(Exercise) Please report every line of the listing below that has the word "sides" in it.

(Given entries)
[Start of section]

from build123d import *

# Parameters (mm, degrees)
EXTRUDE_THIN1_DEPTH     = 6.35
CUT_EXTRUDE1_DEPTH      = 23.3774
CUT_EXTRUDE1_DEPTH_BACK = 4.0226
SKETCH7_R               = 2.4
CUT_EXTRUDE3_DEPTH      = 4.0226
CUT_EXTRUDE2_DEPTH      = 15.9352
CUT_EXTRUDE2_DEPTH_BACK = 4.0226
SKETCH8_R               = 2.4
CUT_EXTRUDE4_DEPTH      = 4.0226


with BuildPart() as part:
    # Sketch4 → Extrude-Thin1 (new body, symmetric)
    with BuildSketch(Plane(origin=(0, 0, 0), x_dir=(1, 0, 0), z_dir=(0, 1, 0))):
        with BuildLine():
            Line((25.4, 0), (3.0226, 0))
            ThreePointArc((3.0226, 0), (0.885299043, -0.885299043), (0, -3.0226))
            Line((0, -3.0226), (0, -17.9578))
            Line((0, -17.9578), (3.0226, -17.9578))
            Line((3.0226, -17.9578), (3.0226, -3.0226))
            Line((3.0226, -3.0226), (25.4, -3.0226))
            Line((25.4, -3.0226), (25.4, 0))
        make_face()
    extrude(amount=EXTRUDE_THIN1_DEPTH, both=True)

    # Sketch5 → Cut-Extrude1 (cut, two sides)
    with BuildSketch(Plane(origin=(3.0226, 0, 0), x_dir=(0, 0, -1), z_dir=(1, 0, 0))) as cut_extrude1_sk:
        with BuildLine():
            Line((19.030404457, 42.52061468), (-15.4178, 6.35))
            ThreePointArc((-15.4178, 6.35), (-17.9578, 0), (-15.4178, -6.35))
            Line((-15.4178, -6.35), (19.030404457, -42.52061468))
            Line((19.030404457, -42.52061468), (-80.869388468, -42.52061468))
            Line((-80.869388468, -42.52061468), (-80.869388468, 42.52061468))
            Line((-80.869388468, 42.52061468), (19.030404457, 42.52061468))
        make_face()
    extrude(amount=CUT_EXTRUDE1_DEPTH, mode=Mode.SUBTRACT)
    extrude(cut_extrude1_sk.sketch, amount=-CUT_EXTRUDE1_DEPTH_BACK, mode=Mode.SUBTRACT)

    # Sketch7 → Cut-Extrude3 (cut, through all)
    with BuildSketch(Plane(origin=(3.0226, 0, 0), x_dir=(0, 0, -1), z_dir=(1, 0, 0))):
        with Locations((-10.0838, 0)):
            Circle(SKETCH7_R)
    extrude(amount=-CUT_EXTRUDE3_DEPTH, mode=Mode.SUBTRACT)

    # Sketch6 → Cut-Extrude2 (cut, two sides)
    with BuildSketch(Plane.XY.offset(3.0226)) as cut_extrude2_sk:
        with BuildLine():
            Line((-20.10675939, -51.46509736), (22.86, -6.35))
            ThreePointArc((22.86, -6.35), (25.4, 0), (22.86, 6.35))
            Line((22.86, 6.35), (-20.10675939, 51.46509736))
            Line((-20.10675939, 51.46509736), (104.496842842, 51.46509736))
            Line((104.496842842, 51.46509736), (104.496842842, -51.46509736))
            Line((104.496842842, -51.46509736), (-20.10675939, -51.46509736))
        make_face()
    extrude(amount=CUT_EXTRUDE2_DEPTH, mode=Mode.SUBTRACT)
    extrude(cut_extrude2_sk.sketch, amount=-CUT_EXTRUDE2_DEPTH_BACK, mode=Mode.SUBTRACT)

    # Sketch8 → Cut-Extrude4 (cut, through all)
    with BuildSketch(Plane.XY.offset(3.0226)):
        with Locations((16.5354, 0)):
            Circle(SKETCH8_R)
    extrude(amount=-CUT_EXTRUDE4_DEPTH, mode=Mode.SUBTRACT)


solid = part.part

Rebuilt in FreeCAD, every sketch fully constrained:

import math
import FreeCAD as App
import Part
import Sketcher

V = App.Vector
Q = App.Units.Quantity

doc = App.newDocument("Part")
body = doc.addObject("PartDesign::Body", "Body")

sketch1 = body.newObject("Sketcher::SketchObject", "Sketch")
sketch1.AttachmentSupport = (doc.getObject("XZ_Plane"), [""])
sketch1.MapMode = "FlatFace"
sketch1.addGeometry(Part.LineSegment(V(25.4, 0, 0), V(3.0226, 0, 0)), False)
sketch1.addGeometry(Part.ArcOfCircle(Part.Circle(V(3.0226, 3.0226, 0), V(0, 0, 1), 3.0226), math.radians(180), math.radians(270)), False)
sketch1.addGeometry(Part.LineSegment(V(0, 3.0226, 0), V(0, 17.9578, 0)), False)
sketch1.addGeometry(Part.LineSegment(V(0, 17.9578, 0), V(3.0226, 17.9578, 0)), False)
sketch1.addGeometry(Part.LineSegment(V(3.0226, 17.9578, 0), V(3.0226, 3.0226, 0)), False)
sketch1.addGeometry(Part.LineSegment(V(3.0226, 3.0226, 0), V(25.4, 3.0226, 0)), False)
sketch1.addGeometry(Part.LineSegment(V(25.4, 3.0226, 0), V(25.4, 0, 0)), False)
sketch1.addConstraint(Sketcher.Constraint("Tangent", 0, 2, 1, 2))
sketch1.addConstraint(Sketcher.Constraint("Tangent", 1, 1, 2, 1))
sketch1.addConstraint(Sketcher.Constraint("Coincident", 2, 2, 3, 1))
sketch1.addConstraint(Sketcher.Constraint("Coincident", 3, 2, 4, 1))
sketch1.addConstraint(Sketcher.Constraint("Coincident", 4, 2, 5, 1))
sketch1.addConstraint(Sketcher.Constraint("Coincident", 5, 2, 6, 1))
sketch1.addConstraint(Sketcher.Constraint("Coincident", 6, 2, 0, 1))
sketch1.addConstraint(Sketcher.Constraint("Horizontal", 0))
sketch1.addConstraint(Sketcher.Constraint("Vertical", 2))
sketch1.addConstraint(Sketcher.Constraint("Horizontal", 3))
sketch1.addConstraint(Sketcher.Constraint("Vertical", 4))
sketch1.addConstraint(Sketcher.Constraint("Horizontal", 5))
sketch1.addConstraint(Sketcher.Constraint("Vertical", 6))
sketch1.addConstraint(Sketcher.Constraint("Coincident", 4, 2, 1, 3))
sketch1.addConstraint(Sketcher.Constraint("PointOnObject", 0, 2, -1))
sketch1.addConstraint(Sketcher.Constraint("PointOnObject", 1, 1, -2))
sketch1.addConstraint(Sketcher.Constraint("DistanceX", -1, 1, 5, 2, Q("1 in")))
sketch1.addConstraint(Sketcher.Constraint("Radius", 1, Q("0.119 in")))
sketch1.addConstraint(Sketcher.Constraint("DistanceY", 2, 1, 2, 2, Q("0.588 in")))
pad1 = body.newObject("PartDesign::Pad", "Pad")
pad1.Profile = sketch1
pad1.Length = Q("0.5 in")
pad1.Midplane = True

sketch2 = body.newObject("Sketcher::SketchObject", "Sketch001")
sketch2.AttachmentSupport = (doc.getObject("YZ_Plane"), [""])
sketch2.MapMode = "FlatFace"
sketch2.AttachmentOffset = App.Placement(V(0, 0, 0.119 * 25.4), App.Rotation())
sketch2.addGeometry(Part.LineSegment(V(6.35, 15.4178, 0), V(42.520615, -19.030404, 0)), False)
sketch2.addGeometry(Part.LineSegment(V(42.520615, -19.030404, 0), V(42.520615, 80.869388, 0)), False)
sketch2.addGeometry(Part.LineSegment(V(42.520615, 80.869388, 0), V(-42.520615, 80.869388, 0)), False)
sketch2.addGeometry(Part.LineSegment(V(-42.520615, 80.869388, 0), V(-42.520615, -19.030404, 0)), False)
sketch2.addGeometry(Part.LineSegment(V(-42.520615, -19.030404, 0), V(-6.35, 15.4178, 0)), False)
sketch2.addGeometry(Part.ArcOfCircle(Part.Circle(V(0, 8.7503, 0), V(0, 0, 1), 9.2075), math.radians(46.397181), math.radians(133.602819)), False)
sketch2.addConstraint(Sketcher.Constraint("Coincident", 0, 2, 1, 1))
sketch2.addConstraint(Sketcher.Constraint("Coincident", 1, 2, 2, 1))
sketch2.addConstraint(Sketcher.Constraint("Coincident", 2, 2, 3, 1))
sketch2.addConstraint(Sketcher.Constraint("Coincident", 3, 2, 4, 1))
sketch2.addConstraint(Sketcher.Constraint("Tangent", 4, 2, 5, 2))
sketch2.addConstraint(Sketcher.Constraint("Tangent", 5, 1, 0, 1))
sketch2.addConstraint(Sketcher.Constraint("Vertical", 1))
sketch2.addConstraint(Sketcher.Constraint("Horizontal", 2))
sketch2.addConstraint(Sketcher.Constraint("Vertical", 3))
sketch2.addConstraint(Sketcher.Constraint("Symmetric", 0, 2, 3, 2, -2))
sketch2.addConstraint(Sketcher.Constraint("PointOnObject", 5, 3, -2))
sketch2.addConstraint(Sketcher.Constraint("Radius", 5, Q("0.3625 in")))
sketch2.addConstraint(Sketcher.Constraint("DistanceX", 4, 2, 5, 1, Q("0.5 in")))
sketch2.addConstraint(Sketcher.Constraint("DistanceY", -1, 1, 4, 2, Q("0.607 in")))
sketch2.addConstraint(Sketcher.Constraint("DistanceX", 2, 2, 2, 1, 85.041229))
sketch2.addConstraint(Sketcher.Constraint("DistanceY", 1, 1, 1, 2, 99.899793))
pocket1 = body.newObject("PartDesign::Pocket", "Pocket")
pocket1.Profile = sketch2
pocket1.Type = "ThroughAll"
pocket1.Midplane = True

sketch3 = body.newObject("Sketcher::SketchObject", "Sketch002")
sketch3.AttachmentSupport = (doc.getObject("YZ_Plane"), [""])
sketch3.MapMode = "FlatFace"
sketch3.AttachmentOffset = App.Placement(V(0, 0, 0.119 * 25.4), App.Rotation())
sketch3.addGeometry(Part.Circle(V(0, 10.0838, 0), V(0, 0, 1), 2.4), False)
sketch3.addConstraint(Sketcher.Constraint("PointOnObject", 0, 3, -2))
sketch3.addConstraint(Sketcher.Constraint("Diameter", 0, 4.8))
sketch3.addConstraint(Sketcher.Constraint("DistanceY", -1, 1, 0, 3, Q("0.397 in")))
pocket2 = body.newObject("PartDesign::Pocket", "Pocket001")
pocket2.Profile = sketch3
pocket2.Type = "ThroughAll"

sketch4 = body.newObject("Sketcher::SketchObject", "Sketch003")
sketch4.AttachmentSupport = (doc.getObject("XY_Plane"), [""])
sketch4.MapMode = "FlatFace"
sketch4.AttachmentOffset = App.Placement(V(0, 0, 0.119 * 25.4), App.Rotation())
sketch4.addGeometry(Part.LineSegment(V(22.86, -6.35, 0), V(-20.106759, -51.465097, 0)), False)
sketch4.addGeometry(Part.LineSegment(V(-20.106759, -51.465097, 0), V(104.496843, -51.465097, 0)), False)
sketch4.addGeometry(Part.LineSegment(V(104.496843, -51.465097, 0), V(104.496843, 51.465097, 0)), False)
sketch4.addGeometry(Part.LineSegment(V(104.496843, 51.465097, 0), V(-20.106759, 51.465097, 0)), False)
sketch4.addGeometry(Part.LineSegment(V(-20.106759, 51.465097, 0), V(22.86, 6.35, 0)), False)
sketch4.addGeometry(Part.ArcOfCircle(Part.Circle(V(16.1925, 0, 0), V(0, 0, 1), 9.2075), math.radians(-43.602819), math.radians(43.602819)), False)
sketch4.addConstraint(Sketcher.Constraint("Coincident", 0, 2, 1, 1))
sketch4.addConstraint(Sketcher.Constraint("Coincident", 1, 2, 2, 1))
sketch4.addConstraint(Sketcher.Constraint("Coincident", 2, 2, 3, 1))
sketch4.addConstraint(Sketcher.Constraint("Coincident", 3, 2, 4, 1))
sketch4.addConstraint(Sketcher.Constraint("Tangent", 4, 2, 5, 2))
sketch4.addConstraint(Sketcher.Constraint("Tangent", 5, 1, 0, 1))
sketch4.addConstraint(Sketcher.Constraint("Horizontal", 1))
sketch4.addConstraint(Sketcher.Constraint("Vertical", 2))
sketch4.addConstraint(Sketcher.Constraint("Horizontal", 3))
sketch4.addConstraint(Sketcher.Constraint("Symmetric", 0, 2, 3, 2, -1))
sketch4.addConstraint(Sketcher.Constraint("PointOnObject", 5, 3, -1))
sketch4.addConstraint(Sketcher.Constraint("DistanceX", -1, 1, 4, 2, Q("0.9 in")))
sketch4.addConstraint(Sketcher.Constraint("Radius", 5, Q("0.3625 in")))
sketch4.addConstraint(Sketcher.Constraint("DistanceY", 5, 1, 4, 2, Q("0.5 in")))
sketch4.addConstraint(Sketcher.Constraint("Distance", 0, 62.301801))
sketch4.addConstraint(Sketcher.Constraint("DistanceX", 1, 1, 1, 2, 124.603602))
pocket3 = body.newObject("PartDesign::Pocket", "Pocket002")
pocket3.Profile = sketch4
pocket3.Type = "ThroughAll"
pocket3.Midplane = True

sketch5 = body.newObject("Sketcher::SketchObject", "Sketch004")
sketch5.AttachmentSupport = (doc.getObject("XY_Plane"), [""])
sketch5.MapMode = "FlatFace"
sketch5.AttachmentOffset = App.Placement(V(0, 0, 0.119 * 25.4), App.Rotation())
sketch5.addGeometry(Part.Circle(V(16.5354, 0, 0), V(0, 0, 1), 2.4), False)
sketch5.addConstraint(Sketcher.Constraint("PointOnObject", 0, 3, -1))
sketch5.addConstraint(Sketcher.Constraint("Diameter", 0, 4.8))
sketch5.addConstraint(Sketcher.Constraint("DistanceX", -1, 1, 0, 3, Q("0.651 in")))
pocket4 = body.newObject("PartDesign::Pocket", "Pocket003")
pocket4.Profile = sketch5
pocket4.Type = "ThroughAll"

doc.recompute()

[End of section]

(Solution to the problem)
    # Sketch5 → Cut-Extrude1 (cut, two sides)
    # Sketch6 → Cut-Extrude2 (cut, two sides)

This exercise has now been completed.